Lo de hace cuatro décadas no fue un espejismo y Miguel Ríos resurgió el pasado 12 de marzo como si el tiempo casi no hubiera hecho mella en él. No lo había hecho en la memoria de sus seguidores. “Si lo hace es porque puede”, se escuchaba en los pasillos, contra algunos comentarios en las redes sociales que bromeaban sobre que el cantante no iba a aguantar un segundo asalto tras la noche del día 11. Pero el doblete salió bien y fue no solo una oda a la memoria, sino una celebración de la vida y de la música.

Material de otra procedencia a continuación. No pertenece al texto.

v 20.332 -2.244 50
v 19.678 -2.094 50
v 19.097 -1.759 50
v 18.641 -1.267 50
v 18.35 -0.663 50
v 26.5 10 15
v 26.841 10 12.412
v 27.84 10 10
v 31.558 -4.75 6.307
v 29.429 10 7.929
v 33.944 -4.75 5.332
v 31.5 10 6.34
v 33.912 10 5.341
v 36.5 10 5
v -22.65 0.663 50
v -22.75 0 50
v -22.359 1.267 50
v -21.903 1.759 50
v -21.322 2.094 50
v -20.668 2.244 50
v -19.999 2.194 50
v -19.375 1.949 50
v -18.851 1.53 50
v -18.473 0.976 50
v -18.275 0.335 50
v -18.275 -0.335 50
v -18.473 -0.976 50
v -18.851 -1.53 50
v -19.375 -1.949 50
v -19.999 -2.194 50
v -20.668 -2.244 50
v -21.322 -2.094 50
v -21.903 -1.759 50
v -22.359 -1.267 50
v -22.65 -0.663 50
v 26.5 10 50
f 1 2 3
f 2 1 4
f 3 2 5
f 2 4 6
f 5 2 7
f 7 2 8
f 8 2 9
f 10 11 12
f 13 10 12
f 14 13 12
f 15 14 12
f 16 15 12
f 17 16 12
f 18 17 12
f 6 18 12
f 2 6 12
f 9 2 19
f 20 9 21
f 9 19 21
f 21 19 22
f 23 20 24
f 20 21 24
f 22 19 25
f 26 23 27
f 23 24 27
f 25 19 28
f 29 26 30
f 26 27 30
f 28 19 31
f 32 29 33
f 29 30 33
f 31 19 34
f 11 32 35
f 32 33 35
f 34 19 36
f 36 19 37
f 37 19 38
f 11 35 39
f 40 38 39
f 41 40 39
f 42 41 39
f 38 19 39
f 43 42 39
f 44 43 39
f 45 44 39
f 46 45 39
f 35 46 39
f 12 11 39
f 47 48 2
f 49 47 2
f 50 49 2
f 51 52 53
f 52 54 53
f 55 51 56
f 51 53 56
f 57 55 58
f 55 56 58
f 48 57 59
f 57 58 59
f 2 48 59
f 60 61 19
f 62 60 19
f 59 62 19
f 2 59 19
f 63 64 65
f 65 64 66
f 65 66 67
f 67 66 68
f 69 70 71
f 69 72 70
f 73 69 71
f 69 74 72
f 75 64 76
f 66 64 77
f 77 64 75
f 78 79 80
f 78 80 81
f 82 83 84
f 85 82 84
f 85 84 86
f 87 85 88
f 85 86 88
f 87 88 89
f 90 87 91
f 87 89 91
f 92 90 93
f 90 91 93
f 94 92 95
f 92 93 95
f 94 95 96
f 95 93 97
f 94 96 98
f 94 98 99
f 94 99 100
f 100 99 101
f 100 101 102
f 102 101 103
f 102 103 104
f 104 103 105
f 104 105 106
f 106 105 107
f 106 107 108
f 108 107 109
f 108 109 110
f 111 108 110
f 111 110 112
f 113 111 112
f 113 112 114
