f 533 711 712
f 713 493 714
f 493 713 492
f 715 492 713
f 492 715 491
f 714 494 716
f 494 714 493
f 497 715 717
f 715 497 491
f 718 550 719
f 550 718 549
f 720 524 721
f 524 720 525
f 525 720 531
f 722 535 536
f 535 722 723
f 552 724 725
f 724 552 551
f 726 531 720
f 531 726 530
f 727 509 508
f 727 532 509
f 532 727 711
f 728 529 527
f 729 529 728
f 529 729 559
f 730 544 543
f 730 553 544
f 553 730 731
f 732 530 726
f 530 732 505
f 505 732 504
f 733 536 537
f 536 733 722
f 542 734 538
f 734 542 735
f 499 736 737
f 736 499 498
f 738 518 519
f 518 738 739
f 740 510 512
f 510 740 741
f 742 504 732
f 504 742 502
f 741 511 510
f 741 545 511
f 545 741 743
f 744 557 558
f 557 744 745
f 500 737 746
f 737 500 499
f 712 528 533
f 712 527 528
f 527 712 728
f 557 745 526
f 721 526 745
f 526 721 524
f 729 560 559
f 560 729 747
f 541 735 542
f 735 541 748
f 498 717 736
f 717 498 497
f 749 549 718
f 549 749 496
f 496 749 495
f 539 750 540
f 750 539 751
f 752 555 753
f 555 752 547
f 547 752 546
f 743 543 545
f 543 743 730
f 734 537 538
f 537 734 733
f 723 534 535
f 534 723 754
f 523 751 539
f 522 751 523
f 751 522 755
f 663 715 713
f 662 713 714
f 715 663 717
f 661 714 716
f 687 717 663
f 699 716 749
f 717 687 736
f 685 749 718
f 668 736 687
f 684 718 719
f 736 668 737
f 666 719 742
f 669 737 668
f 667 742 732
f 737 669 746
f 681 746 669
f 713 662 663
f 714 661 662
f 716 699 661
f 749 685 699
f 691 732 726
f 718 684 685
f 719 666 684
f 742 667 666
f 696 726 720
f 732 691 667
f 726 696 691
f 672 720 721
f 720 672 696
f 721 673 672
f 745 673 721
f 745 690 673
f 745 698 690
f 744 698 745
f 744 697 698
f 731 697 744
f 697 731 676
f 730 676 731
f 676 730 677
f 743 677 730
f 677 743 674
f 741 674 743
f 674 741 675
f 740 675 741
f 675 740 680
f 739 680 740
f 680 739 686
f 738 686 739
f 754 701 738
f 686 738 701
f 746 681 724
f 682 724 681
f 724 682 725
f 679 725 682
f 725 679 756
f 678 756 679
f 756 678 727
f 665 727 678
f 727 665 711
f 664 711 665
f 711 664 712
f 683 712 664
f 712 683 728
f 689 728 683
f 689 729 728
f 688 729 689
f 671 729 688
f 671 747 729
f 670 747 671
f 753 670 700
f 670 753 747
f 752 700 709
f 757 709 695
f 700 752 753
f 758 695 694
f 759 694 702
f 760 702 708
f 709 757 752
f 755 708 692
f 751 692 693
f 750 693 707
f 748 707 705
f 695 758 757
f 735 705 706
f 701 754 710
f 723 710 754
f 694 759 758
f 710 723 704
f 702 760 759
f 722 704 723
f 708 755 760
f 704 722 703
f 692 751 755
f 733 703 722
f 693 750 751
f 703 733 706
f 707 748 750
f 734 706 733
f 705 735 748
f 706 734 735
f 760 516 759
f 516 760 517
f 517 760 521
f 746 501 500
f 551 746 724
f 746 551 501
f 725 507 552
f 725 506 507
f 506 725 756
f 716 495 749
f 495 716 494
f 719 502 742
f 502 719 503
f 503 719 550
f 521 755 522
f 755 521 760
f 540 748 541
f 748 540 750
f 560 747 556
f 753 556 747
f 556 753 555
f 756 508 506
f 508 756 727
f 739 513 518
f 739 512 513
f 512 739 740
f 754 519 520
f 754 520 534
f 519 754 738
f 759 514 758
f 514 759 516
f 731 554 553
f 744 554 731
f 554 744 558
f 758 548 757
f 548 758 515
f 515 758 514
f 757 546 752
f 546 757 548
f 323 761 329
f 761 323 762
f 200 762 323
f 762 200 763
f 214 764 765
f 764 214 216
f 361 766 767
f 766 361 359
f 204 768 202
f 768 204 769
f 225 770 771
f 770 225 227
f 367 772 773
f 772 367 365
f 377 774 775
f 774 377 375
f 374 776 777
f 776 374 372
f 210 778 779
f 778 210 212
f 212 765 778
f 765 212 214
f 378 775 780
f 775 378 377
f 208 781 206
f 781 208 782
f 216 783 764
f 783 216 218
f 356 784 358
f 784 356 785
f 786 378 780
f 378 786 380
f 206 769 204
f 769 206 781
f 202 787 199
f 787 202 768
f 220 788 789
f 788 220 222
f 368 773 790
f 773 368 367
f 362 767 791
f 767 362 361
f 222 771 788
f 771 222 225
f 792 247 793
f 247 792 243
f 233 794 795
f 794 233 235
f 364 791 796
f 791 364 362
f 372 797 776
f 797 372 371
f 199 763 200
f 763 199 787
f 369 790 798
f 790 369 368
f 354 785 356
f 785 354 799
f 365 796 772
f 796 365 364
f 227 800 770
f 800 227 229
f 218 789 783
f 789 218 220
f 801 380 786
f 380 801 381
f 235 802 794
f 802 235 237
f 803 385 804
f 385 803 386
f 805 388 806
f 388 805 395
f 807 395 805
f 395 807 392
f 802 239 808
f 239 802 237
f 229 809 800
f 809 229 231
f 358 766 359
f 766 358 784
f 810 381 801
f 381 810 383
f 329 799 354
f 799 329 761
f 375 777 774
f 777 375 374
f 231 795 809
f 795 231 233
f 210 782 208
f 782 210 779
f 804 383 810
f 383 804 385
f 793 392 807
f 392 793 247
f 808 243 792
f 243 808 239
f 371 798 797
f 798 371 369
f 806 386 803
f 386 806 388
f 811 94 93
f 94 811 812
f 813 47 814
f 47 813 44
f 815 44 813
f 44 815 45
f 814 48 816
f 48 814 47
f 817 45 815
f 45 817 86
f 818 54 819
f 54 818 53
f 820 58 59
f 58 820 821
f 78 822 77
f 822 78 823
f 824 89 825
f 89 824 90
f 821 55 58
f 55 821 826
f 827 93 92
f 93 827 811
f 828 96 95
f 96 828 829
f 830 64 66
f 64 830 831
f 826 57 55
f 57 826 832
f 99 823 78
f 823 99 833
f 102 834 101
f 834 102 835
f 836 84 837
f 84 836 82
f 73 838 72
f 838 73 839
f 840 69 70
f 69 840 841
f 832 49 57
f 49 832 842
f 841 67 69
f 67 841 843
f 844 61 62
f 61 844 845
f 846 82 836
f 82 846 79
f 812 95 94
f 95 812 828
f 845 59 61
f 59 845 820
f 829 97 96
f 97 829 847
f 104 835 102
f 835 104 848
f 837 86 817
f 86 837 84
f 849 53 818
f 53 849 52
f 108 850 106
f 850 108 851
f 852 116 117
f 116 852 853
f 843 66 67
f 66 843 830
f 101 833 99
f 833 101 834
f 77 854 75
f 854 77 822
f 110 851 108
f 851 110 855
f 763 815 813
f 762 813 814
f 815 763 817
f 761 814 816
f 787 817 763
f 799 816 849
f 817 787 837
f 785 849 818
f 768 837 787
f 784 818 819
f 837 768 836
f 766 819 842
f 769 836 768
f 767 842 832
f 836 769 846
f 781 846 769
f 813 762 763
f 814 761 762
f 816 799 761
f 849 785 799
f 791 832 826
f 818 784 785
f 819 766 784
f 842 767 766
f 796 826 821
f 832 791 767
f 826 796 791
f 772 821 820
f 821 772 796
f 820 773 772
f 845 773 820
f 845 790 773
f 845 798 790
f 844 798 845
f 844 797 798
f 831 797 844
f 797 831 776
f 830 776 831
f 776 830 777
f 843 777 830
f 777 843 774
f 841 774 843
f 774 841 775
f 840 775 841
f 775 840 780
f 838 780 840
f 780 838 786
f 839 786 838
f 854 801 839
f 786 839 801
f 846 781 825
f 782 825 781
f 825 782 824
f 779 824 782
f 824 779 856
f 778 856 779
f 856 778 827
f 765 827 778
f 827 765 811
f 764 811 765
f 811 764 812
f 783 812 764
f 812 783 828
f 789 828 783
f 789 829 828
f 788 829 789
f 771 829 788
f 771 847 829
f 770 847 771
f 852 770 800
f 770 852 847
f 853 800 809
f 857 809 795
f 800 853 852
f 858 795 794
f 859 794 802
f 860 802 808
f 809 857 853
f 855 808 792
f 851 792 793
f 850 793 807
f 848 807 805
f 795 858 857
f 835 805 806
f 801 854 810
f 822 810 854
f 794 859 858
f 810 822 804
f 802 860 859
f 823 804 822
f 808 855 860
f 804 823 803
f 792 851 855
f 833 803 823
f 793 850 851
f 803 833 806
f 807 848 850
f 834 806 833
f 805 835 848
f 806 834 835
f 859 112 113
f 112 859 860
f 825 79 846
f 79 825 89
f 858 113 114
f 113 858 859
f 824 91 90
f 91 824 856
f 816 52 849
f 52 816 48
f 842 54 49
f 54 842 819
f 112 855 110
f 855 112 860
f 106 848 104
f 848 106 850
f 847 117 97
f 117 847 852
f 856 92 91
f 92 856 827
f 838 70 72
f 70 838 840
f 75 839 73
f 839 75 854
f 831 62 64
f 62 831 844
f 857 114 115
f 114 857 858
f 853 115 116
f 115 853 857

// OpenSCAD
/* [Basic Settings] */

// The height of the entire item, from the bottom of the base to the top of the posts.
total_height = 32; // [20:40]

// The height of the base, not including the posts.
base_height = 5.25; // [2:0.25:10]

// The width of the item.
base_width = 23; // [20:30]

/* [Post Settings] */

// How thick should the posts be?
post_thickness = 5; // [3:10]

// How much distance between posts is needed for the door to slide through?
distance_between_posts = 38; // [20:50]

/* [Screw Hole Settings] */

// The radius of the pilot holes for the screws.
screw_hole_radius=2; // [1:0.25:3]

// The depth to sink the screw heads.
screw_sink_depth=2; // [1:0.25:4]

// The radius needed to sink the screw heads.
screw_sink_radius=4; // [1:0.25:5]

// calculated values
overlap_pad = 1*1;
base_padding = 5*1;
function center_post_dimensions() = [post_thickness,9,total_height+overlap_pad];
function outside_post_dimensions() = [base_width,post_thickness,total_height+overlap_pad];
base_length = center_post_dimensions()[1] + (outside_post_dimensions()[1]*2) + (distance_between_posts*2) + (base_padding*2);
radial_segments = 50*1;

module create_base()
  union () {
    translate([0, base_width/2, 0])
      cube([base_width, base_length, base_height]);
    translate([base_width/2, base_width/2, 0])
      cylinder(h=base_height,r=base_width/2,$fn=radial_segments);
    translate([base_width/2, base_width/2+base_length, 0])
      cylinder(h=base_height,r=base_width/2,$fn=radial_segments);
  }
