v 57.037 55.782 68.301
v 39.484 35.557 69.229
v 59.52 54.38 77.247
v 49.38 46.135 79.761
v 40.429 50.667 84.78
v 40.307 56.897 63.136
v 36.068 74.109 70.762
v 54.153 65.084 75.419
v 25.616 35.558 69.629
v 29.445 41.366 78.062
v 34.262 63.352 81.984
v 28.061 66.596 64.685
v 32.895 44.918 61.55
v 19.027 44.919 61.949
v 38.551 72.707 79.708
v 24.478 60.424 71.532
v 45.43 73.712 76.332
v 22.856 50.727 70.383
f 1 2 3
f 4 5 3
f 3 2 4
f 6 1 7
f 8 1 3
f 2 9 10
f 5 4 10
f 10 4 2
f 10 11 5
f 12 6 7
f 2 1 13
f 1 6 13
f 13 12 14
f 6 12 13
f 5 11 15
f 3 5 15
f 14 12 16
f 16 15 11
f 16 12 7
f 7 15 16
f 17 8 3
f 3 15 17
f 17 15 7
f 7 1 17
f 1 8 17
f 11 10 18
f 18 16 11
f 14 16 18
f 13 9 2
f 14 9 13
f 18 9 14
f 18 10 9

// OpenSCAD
// Auto-generated auxetic polyhedron
points = [
    [59.520340, 54.379946, 77.246716],
    [39.483927, 35.556846, 69.229080],
    [57.036552, 55.781515, 68.301245],
    [40.429495, 50.666800, 84.779780],
    [49.379717, 46.134878, 79.760830],
    [36.067680, 74.108563, 70.762423],
    [40.306887, 56.897419, 63.136197],
    [54.153159, 65.083721, 75.418813],
    [29.445114, 41.366173, 78.061712],
    [25.616153, 35.558425, 69.628580],
    [34.262197, 63.351503, 81.984275],
    [28.061367, 66.596320, 64.684680],
    [32.894885, 44.917818, 61.549918],
    [19.027110, 44.919397, 61.949418],
    [38.551468, 72.706994, 79.707894],
    [24.478326, 60.424467, 71.531533],
    [45.429807, 73.711867, 76.331509],
    [22.856071, 50.727144, 70.382550],
];

faces = [
    [0, 1, 2],
    [0, 3, 4],
    [4, 1, 0],
    [5, 2, 6],
    [0, 2, 7],
    [8, 9, 1],
    [8, 4, 3],
    [1, 4, 8],
    [3, 10, 8],
    [5, 6, 11],
    [12, 2, 1],
    [12, 6, 2],
    [13, 11, 12],
    [12, 11, 6],
    [14, 10, 3],
    [14, 3, 0],
    [15, 11, 13],
    [10, 14, 15],
    [5, 11, 15],
    [15, 14, 5],
    [0, 7, 16],
    [16, 14, 0],
    [5, 14, 16],
    [16, 2, 5],
    [16, 7, 2],
    [17, 8, 10],
    [10, 15, 17],
    [17, 15, 13],
    [1, 9, 12],
    [12, 9, 13],
    [13, 9, 17],
    [9, 8, 17],
];

polyhedron(points = points, faces = faces);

La veneración viene de largo: el 5 y 6 de marzo de 1982, Miguel Ríos grabó el disco en directo que lo consagró como una leyenda viva del rock. Los que lo vivieron así lo aseguran: la palabra que más se repite al preguntar por aquello es “histórico”, y el emblemático legado queda, aunque ahora lo escuchemos en Spotify.

Pero era el momento de festejar. Ríos tenía que hacer honor a sus propias palabras: el rock nació en la juventud con un fuego intenso, pero los viejos rockeros nunca mueren. El viejo rockero –ahora con 77 años y al que ya apodaban así cuando tenía 37, por sus décadas sobre los escenarios y ser más mayor que sus coetáneos– había insistido en que no quería que fuera una imitación, una pretensión de igualar lo que aconteció ya en otro siglo. No lo fue, quizá se acercó más a una utopía.

El espectáculo arrancó con un bramido que salió de la garganta de un hijo del rock’n’roll: Javier Bardem apareció para abrir el sábado noche, enloquecido, y enloqueció a un público sorprendido. Se sumaron el protagonista de la noche y su hija, Lúa Ríos. La unión simbólica perfecta para dar la bienvenida a los hijos del rock’n’ roll, las gracias por seguir aquí.

En el escenario, un paisaje conocido: una congregación casi religiosa de rockeros, la banda que grabó el doble álbum, desde el bajista Tato Gómez al guitarrista Antonio García de Diego; recuerdos a los que ya no están, los fallecidos Paco Palacios y Sergio Castillo; y guiños a los nuevos tiempos. La unión de pasado y futuro la dio Pablo Narea, de 18 años, hijo de uno de los productores del disco, Carlos Narea, que empuñó las baquetas de la batería de colores y formas geométricas con la que grabaron “Rock & Ríos” y que seguía firmada por Castillo.

Miguel Ríos –al principio con la obligatoria chupa de cuero negra, después de oscuro impoluto– estaba desbocado e inquieto en el escenario, vibraba y se agitaba como una columna de agua que quiere inundar todo a su paso y que no puede ni desea contenerse. Era un ser eléctrico. Bromeaba, hacía muecas, lanzaba besos, bailaba y movía las caderas, como volvió a corear con Johnny Burning, aunque esta vez todo iba bien.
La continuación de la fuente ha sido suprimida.